■ Supplied material:
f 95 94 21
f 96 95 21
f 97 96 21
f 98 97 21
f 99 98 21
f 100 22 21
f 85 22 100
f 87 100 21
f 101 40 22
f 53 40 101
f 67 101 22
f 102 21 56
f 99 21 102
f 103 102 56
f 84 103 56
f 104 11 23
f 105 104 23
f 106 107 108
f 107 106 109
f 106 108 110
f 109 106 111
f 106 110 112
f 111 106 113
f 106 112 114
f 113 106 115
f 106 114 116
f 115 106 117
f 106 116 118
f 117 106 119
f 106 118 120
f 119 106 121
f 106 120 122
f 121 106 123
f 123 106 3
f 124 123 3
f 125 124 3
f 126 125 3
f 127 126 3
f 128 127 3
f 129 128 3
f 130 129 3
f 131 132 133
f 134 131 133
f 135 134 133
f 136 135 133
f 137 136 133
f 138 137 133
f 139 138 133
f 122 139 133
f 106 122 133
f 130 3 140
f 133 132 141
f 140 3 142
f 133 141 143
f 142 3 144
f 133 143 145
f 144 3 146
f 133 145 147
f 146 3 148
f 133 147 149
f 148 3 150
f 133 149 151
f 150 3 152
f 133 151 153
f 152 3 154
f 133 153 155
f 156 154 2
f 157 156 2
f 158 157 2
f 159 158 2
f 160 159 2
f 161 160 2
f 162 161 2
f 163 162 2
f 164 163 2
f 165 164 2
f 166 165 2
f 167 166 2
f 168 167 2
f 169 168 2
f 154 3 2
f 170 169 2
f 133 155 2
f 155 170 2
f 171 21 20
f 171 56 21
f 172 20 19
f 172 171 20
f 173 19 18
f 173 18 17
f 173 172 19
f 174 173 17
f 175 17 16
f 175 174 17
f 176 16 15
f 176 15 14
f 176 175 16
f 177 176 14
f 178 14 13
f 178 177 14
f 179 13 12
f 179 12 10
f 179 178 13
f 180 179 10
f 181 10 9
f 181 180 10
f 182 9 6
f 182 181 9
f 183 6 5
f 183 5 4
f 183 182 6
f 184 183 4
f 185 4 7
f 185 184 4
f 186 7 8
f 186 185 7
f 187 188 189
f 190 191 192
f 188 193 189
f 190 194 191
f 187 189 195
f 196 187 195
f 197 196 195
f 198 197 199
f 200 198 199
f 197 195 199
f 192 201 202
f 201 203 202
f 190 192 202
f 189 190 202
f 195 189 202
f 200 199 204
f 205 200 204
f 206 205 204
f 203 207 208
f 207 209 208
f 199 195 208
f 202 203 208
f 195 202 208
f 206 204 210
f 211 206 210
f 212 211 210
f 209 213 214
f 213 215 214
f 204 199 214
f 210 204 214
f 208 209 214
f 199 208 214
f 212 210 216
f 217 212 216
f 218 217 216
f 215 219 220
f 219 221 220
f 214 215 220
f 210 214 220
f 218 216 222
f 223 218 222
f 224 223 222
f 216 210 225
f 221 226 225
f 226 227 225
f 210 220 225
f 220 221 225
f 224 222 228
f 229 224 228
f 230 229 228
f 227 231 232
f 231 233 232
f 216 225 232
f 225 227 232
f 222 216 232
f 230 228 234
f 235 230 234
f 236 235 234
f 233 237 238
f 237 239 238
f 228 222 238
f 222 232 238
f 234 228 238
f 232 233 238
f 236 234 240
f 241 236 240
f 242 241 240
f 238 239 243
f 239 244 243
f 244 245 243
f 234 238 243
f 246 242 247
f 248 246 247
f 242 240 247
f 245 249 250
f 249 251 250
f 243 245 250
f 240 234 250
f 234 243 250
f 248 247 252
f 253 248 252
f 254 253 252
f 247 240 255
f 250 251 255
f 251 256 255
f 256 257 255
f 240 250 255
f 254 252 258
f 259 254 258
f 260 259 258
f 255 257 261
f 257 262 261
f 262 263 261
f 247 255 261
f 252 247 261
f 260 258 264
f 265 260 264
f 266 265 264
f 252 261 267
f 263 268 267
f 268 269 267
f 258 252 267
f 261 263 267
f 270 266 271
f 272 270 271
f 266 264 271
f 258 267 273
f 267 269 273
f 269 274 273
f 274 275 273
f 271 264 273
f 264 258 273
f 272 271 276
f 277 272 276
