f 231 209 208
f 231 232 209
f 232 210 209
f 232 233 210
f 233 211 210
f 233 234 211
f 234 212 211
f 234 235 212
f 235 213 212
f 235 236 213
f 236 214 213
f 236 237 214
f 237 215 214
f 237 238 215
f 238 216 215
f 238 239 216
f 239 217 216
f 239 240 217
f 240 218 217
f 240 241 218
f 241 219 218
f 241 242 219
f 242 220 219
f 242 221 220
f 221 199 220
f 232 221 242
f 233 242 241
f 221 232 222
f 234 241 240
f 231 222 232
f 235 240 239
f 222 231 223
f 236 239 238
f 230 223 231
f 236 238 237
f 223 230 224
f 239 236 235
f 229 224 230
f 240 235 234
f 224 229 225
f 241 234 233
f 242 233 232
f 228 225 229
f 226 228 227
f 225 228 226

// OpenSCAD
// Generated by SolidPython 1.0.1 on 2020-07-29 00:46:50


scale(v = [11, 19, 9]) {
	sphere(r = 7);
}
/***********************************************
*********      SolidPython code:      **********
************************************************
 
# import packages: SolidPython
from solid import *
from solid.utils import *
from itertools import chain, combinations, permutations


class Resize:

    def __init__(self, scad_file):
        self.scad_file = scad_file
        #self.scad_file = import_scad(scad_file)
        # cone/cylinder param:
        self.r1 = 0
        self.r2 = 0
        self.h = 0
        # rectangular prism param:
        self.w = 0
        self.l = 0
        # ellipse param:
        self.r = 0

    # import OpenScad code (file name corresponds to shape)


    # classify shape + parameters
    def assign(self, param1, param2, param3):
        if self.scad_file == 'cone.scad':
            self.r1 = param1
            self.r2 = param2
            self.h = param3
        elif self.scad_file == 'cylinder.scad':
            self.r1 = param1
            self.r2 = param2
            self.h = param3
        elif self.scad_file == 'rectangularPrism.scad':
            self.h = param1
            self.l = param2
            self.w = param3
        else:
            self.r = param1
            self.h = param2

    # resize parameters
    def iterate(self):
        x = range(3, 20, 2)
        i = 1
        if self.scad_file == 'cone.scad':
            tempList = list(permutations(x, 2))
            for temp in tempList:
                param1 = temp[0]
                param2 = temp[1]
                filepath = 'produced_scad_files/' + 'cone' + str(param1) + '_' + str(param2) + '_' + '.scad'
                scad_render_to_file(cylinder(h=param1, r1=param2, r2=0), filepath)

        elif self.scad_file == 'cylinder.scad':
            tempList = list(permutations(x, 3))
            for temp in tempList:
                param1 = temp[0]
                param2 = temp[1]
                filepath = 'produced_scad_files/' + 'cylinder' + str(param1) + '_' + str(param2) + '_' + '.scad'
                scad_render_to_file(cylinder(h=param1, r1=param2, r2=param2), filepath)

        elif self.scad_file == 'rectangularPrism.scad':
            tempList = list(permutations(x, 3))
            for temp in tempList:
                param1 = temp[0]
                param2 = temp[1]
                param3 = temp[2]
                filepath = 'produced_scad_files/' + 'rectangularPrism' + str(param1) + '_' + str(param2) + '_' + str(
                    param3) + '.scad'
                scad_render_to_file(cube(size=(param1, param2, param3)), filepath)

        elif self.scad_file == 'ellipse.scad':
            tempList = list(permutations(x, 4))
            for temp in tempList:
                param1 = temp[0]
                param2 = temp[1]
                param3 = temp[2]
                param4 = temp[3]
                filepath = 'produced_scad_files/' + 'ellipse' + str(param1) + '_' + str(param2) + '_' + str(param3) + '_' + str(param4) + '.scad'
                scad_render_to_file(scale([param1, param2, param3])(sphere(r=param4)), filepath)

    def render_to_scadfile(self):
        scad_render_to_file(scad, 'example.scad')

■ Directions for this task:
Pick out each line in the material containing "from".

■ Solved exercise:
from solid import *
from solid.utils import *
from itertools import chain, combinations, permutations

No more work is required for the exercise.